After a short photo stop in front of Westminster Abbey, we break for an hour’s lunch by St Paul’s Cathedral. Lunch isn’t included on the tour, but there are plenty of options in the area.

A stop at St Paul’s

A stop at St Paul’s

St Paul’s Cathedral, the penultimate stop on the tour, is actually the fifth church to have stood on this spot – the previous one burned down during the Great Fire of London.


Clients can choose to explore solo or remain with John, who possesses an extensive knowledge of the building. He informs us of the British heroes buried beneath its floor, including the Duke of Wellington and Lord Nelson, and tells us that the dome is exactly 365 feet high – one foot for every day of the year.


I end the day sipping champagne in the Park Plaza Westminster Bridge hotel. Excellent views of the Palace of Westminster, freshly made sandwiches, cakes and scones make for a luxurious end to a culturally enriching day out.


From spotting original segments of London’s Roman walls to marvelling at the Baroque majesty of St Paul’s, SuperBreak’s Magic of London day out is a great way for visitors to take a bite out of London’s top attractions.


As I head back to the Victoria Line, I walk away with a greater appreciation of the place I call home.
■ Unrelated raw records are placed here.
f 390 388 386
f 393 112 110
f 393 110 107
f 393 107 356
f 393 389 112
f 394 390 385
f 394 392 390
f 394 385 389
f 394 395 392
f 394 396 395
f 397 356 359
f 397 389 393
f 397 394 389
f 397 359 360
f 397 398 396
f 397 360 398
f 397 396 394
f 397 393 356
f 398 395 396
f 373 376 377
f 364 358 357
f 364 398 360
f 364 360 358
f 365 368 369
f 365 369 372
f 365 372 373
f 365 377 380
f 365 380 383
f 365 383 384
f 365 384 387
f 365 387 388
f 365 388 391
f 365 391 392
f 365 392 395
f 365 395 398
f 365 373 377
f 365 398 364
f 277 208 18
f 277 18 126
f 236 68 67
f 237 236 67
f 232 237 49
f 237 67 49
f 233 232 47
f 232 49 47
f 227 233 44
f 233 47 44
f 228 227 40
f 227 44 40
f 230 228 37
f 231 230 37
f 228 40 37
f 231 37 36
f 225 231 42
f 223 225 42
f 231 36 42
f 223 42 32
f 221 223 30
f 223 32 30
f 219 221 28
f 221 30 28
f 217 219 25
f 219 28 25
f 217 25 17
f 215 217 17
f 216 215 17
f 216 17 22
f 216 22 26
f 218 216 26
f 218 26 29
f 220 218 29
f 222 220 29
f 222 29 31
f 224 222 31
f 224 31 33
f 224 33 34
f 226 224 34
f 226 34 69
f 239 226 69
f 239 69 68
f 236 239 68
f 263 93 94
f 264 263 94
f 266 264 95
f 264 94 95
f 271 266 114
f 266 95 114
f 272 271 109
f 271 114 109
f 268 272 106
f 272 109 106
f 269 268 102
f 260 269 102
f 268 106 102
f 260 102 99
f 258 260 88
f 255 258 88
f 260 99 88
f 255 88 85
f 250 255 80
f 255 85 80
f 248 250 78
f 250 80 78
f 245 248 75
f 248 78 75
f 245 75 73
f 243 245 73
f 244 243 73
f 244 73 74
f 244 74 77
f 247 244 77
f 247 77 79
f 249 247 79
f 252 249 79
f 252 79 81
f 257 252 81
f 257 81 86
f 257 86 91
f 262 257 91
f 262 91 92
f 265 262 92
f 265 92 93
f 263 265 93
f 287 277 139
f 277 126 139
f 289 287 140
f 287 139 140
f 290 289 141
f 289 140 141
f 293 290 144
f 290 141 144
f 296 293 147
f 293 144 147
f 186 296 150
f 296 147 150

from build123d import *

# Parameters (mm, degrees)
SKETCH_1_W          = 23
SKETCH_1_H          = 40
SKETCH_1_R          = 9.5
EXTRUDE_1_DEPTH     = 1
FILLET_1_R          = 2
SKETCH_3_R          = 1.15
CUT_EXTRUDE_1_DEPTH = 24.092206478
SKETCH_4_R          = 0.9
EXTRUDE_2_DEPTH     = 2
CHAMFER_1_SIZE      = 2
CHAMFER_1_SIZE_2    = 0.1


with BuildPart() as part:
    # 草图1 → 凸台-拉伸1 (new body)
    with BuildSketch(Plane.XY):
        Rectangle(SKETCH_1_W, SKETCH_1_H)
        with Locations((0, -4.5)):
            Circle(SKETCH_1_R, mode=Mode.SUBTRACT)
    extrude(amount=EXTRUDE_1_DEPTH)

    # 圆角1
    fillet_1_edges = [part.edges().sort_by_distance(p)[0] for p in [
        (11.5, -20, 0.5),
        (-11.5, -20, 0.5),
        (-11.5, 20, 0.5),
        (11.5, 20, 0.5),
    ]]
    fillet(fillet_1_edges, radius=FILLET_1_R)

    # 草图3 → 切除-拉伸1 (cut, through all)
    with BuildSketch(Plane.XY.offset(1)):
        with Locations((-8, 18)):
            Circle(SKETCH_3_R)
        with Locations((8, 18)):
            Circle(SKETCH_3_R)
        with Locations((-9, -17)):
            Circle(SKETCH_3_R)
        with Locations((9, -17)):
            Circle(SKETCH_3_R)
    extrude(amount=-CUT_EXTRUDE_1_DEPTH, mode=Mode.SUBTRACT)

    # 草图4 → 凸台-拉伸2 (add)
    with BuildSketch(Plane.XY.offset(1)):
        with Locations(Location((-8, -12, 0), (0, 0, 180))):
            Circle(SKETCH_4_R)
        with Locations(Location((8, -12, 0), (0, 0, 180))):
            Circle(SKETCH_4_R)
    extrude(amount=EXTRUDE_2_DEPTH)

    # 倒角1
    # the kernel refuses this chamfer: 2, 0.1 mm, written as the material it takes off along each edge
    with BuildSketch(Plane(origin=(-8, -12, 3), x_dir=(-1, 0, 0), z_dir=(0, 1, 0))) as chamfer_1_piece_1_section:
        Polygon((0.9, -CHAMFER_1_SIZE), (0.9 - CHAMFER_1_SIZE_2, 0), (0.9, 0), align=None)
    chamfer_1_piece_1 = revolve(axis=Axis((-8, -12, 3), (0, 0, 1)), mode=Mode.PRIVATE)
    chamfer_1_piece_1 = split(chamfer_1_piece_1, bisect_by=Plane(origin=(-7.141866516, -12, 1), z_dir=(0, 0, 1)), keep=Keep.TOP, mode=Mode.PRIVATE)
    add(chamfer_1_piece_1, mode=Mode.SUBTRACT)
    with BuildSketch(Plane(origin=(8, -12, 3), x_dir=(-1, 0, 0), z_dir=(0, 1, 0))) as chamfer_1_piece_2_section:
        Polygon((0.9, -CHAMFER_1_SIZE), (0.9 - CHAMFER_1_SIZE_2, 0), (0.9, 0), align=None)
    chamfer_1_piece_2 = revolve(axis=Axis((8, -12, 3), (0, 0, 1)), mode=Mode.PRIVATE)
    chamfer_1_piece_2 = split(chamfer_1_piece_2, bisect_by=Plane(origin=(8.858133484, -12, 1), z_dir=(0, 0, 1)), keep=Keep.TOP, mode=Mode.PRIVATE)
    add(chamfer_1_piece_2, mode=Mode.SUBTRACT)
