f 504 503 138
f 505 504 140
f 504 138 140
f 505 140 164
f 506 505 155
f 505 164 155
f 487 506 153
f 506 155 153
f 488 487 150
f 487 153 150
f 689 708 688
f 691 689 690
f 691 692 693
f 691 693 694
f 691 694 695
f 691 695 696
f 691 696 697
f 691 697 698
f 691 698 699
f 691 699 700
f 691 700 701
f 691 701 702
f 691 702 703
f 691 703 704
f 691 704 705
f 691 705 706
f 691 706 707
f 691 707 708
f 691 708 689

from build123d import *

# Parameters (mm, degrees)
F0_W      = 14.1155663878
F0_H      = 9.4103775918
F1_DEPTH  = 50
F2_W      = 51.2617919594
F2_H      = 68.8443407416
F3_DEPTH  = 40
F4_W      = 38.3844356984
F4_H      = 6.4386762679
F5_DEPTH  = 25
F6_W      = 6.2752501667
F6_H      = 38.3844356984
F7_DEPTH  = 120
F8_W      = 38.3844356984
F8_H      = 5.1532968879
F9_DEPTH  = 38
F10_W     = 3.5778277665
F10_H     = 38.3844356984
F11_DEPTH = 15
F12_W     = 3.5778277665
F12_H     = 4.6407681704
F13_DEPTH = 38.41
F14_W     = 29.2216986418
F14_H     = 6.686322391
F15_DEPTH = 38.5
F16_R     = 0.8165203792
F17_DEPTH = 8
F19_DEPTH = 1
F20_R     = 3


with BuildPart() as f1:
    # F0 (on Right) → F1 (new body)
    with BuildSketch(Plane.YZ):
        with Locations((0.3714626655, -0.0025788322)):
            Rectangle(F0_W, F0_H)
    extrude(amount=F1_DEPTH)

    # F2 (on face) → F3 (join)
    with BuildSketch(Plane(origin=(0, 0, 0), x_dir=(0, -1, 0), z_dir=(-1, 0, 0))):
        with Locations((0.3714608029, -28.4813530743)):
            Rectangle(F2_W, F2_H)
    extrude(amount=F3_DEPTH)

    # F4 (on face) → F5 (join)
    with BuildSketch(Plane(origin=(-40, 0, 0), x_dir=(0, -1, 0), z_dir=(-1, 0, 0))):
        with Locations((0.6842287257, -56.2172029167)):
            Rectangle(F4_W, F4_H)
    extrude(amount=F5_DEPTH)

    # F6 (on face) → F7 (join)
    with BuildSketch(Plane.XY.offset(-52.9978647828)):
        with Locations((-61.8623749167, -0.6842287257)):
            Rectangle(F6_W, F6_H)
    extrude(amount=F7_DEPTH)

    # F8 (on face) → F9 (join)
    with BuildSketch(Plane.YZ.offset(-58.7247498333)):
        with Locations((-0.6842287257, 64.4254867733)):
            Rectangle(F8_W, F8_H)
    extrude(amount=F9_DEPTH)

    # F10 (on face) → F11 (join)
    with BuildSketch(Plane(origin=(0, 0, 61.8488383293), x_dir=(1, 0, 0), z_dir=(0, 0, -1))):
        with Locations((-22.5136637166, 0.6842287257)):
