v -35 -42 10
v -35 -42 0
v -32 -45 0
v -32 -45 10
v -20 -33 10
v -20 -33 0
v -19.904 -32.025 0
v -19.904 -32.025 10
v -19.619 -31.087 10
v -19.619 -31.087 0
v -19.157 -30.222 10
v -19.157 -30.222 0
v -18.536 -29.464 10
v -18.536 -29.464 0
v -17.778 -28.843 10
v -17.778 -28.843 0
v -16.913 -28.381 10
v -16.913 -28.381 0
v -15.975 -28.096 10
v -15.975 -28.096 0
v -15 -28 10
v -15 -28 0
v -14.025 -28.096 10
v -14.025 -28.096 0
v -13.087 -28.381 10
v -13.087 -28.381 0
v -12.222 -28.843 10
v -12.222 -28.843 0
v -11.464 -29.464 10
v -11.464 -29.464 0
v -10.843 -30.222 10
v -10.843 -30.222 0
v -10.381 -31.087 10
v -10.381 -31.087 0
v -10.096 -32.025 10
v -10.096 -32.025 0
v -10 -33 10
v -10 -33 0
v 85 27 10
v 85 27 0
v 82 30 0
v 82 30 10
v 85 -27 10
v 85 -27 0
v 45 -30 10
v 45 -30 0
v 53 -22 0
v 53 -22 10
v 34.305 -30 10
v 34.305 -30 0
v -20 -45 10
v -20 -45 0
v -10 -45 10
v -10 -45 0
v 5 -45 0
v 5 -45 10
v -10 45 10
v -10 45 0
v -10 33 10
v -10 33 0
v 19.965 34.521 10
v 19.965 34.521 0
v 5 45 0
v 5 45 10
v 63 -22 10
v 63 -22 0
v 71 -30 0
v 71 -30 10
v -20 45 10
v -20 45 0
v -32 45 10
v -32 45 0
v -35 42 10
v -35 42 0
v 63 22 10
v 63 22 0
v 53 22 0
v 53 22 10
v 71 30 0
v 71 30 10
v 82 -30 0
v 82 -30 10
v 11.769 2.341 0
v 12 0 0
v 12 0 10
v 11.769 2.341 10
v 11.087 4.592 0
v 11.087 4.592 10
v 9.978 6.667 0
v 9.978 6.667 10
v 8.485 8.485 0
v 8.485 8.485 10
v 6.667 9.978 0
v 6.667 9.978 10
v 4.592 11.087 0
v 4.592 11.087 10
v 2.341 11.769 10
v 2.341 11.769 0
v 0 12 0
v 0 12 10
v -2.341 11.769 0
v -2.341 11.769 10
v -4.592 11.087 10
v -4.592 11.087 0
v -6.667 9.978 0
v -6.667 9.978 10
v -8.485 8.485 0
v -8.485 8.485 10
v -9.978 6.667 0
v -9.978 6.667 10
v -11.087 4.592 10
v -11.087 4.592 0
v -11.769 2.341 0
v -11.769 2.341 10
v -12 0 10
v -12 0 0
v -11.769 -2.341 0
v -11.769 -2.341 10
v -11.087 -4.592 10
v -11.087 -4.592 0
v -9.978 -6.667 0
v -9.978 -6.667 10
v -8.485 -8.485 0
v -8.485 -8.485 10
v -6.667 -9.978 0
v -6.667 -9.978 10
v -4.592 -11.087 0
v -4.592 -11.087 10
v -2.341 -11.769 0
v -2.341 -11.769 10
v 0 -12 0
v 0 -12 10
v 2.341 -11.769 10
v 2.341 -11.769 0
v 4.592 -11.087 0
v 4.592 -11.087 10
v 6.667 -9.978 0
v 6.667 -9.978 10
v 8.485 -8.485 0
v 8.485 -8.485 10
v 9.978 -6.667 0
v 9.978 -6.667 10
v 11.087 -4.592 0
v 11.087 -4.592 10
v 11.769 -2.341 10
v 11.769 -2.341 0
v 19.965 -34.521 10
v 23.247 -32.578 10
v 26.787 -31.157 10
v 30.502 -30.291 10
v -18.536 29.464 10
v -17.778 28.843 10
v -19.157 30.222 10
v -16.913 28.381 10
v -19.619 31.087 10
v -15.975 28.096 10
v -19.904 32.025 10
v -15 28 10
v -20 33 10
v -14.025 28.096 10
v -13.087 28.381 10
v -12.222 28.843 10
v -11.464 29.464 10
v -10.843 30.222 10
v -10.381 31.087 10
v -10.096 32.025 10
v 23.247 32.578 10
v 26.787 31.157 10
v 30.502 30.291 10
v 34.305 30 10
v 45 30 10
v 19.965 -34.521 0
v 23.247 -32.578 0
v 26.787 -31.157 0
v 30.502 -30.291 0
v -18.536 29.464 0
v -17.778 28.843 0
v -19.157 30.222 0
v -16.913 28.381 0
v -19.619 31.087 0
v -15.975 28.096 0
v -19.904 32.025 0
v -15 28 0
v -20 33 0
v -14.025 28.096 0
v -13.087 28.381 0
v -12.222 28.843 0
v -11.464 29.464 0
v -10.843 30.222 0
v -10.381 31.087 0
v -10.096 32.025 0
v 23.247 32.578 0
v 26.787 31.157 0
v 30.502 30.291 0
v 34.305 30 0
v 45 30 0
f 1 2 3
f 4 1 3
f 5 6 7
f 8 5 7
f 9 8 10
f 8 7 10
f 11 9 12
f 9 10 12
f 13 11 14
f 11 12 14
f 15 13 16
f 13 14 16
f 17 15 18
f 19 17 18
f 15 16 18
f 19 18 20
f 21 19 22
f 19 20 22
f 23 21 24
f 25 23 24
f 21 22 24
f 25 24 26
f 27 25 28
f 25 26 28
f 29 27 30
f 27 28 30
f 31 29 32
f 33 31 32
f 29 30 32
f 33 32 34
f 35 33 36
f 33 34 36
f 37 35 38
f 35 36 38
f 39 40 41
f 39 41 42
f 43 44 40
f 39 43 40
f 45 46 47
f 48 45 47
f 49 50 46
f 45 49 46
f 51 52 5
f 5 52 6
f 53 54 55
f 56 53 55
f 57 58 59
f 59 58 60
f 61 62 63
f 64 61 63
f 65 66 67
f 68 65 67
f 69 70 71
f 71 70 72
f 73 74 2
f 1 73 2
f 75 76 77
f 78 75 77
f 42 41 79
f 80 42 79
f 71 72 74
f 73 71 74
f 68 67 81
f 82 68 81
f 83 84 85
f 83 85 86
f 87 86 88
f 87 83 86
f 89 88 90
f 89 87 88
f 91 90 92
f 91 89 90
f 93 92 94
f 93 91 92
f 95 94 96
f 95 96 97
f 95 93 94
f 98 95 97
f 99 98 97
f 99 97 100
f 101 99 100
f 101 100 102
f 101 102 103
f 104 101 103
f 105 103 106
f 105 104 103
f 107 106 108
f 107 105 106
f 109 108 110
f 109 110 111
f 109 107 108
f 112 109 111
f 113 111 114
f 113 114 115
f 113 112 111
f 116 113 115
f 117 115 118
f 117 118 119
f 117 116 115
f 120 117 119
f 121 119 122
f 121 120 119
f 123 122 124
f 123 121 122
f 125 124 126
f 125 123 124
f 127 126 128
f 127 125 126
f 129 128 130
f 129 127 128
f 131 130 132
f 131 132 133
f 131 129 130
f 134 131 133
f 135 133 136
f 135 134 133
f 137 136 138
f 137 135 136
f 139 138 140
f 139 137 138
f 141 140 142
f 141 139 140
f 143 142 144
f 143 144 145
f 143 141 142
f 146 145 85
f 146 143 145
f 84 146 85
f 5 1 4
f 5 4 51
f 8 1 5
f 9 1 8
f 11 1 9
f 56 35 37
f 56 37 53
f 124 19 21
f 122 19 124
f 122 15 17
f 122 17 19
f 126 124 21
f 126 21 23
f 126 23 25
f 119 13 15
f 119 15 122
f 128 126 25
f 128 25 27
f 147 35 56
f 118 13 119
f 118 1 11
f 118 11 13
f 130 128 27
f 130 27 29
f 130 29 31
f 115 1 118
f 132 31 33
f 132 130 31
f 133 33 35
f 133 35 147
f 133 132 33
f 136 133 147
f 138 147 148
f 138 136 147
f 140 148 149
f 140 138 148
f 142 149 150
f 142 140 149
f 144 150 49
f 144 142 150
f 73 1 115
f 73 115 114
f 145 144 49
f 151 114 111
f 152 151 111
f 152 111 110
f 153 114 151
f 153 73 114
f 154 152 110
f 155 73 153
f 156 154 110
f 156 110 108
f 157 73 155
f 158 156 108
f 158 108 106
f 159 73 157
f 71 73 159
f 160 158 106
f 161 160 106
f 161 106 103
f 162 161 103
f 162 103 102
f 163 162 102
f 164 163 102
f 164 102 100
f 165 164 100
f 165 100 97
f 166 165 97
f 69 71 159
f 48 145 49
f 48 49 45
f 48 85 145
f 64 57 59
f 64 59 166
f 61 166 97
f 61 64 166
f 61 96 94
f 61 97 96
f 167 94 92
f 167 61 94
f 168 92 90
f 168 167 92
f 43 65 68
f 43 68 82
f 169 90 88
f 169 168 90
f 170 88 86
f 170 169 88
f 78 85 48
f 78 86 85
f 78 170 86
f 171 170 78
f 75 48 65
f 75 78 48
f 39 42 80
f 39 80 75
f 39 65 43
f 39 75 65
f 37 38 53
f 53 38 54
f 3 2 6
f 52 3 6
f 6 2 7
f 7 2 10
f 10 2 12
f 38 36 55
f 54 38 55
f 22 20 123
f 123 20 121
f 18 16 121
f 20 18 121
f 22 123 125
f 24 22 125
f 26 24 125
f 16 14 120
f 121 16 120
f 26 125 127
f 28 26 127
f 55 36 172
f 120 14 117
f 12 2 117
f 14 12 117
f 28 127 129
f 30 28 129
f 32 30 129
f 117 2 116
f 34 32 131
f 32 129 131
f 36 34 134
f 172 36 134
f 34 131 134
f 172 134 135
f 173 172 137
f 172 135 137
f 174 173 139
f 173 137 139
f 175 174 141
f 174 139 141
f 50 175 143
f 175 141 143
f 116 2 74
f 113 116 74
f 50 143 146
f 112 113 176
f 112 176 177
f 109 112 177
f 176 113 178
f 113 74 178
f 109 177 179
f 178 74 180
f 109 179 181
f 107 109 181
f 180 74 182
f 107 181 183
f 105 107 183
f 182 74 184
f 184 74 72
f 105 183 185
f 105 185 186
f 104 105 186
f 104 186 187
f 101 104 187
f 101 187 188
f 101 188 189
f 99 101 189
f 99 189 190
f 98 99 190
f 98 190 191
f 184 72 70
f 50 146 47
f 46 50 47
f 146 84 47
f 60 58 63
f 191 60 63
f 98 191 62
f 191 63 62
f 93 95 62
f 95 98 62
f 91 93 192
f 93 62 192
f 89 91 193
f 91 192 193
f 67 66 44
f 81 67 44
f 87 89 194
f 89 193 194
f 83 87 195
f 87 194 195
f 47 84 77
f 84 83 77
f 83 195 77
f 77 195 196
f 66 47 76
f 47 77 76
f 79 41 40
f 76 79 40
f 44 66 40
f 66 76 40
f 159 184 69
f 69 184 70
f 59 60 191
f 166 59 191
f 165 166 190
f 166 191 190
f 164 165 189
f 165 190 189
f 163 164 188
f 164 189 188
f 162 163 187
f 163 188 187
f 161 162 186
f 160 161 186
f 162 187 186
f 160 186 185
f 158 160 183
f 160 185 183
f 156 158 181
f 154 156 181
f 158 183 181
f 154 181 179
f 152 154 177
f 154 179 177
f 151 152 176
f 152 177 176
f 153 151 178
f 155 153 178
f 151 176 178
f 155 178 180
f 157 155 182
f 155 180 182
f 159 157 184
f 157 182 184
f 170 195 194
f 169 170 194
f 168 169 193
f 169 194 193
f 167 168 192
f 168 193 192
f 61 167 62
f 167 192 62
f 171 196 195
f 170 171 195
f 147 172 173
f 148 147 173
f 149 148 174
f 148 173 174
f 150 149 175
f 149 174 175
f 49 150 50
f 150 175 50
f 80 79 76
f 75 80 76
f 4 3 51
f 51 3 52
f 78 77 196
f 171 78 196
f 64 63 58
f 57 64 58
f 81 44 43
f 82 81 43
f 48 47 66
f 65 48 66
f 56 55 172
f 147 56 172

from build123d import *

# Parameters (mm, degrees)
SKETCH1_R           = 12
BOSS_EXTRUDE1_DEPTH = 10
CHAMFER1_SIZE       = 3


with BuildPart() as part:
    # Sketch1 → Boss-Extrude1 (new body)
    with BuildSketch(Plane.XY):
        with BuildLine():
            Line((-35, 42), (-35, -42))
            Line((-35, -42), (-32, -45))
            Line((-32, -45), (-20, -45))
            Line((-20, -45), (-20, -33))
            ThreePointArc((-20, -33), (-15, -28), (-10, -33))
            Line((-10, -33), (-10, -45))
            Line((-10, -45), (5, -45))
            Line((5, -45), (19.965278914, -34.521198893))
            ThreePointArc((19.965278914, -34.521198893), (26.787044835, -31.157076231), (34.304689823, -30))
            Line((34.304689823, -30), (45, -30))
            Line((45, -30), (53, -22))
            Line((53, -22), (63, -22))
            Line((63, -22), (71, -30))
            Line((71, -30), (85, -30))
            Line((85, -30), (85, 30))
            Line((85, 30), (71, 30))
            Line((71, 30), (63, 22))
            Line((63, 22), (53, 22))
            Line((53, 22), (45, 30))
            Line((45, 30), (34.304689823, 30))
            ThreePointArc((34.304689823, 30), (26.787044835, 31.157076231), (19.965278914, 34.521198893))
            Line((19.965278914, 34.521198893), (5, 45))
            Line((5, 45), (-10, 45))
            Line((-10, 45), (-10, 33))
            ThreePointArc((-10, 33), (-15, 28), (-20, 33))
            Line((-20, 33), (-20, 45))
            Line((-20, 45), (-32, 45))
            Line((-32, 45), (-35, 42))
        make_face()
        Circle(SKETCH1_R, mode=Mode.SUBTRACT)
    extrude(amount=BOSS_EXTRUDE1_DEPTH)

    # Chamfer1
    chamfer1_edges = [part.edges().sort_by_distance(p)[0] for p in [
        (85, 30, 5),
        (85, -30, 5),
    ]]
    chamfer(chamfer1_edges, length=CHAMFER1_SIZE)


solid = part.part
Book it: SuperBreak offers a two-night B&B stay at the four-star Copthorne Tara Hotel London Kensington, including the full-day Magic of London tour from £235pp.

I spy in the city

Visitors to London should look out for some of the capital’s lesser-known sights:


St Edward’s Crown
The original was worn by Edward the Confessor at Easter, Whitsun and Christmas. After the defeat of the monarchy during the English Civil War, the crown was sold by Oliver Cromwell before being restored in 1661 by Charles II. It is now the official coronation crown of the Royal Family.


Ravens of the Tower
Legend states that if the six resident ravens ever leave the Tower of London, the monarchy will fail and England will be thrown into chaos. A seventh is housed there just in case.


Old Father Thames
Representations of Old Father Thames can be found along the river, with many acting as mooring points. The most impressive is in Trinity Square, near the Tower of London, where he is shown naked clutching a trident and pointing eastwards towards the sea. The saying goes that if the tides were ever to reach his beard, then London would sink. Thankfully, we now have the Thames Barrier firmly in place.


The silver dragons
These are to be found on the side of the road leading towards the Tower of London. The dragons mark the boundary of London’s original square mile.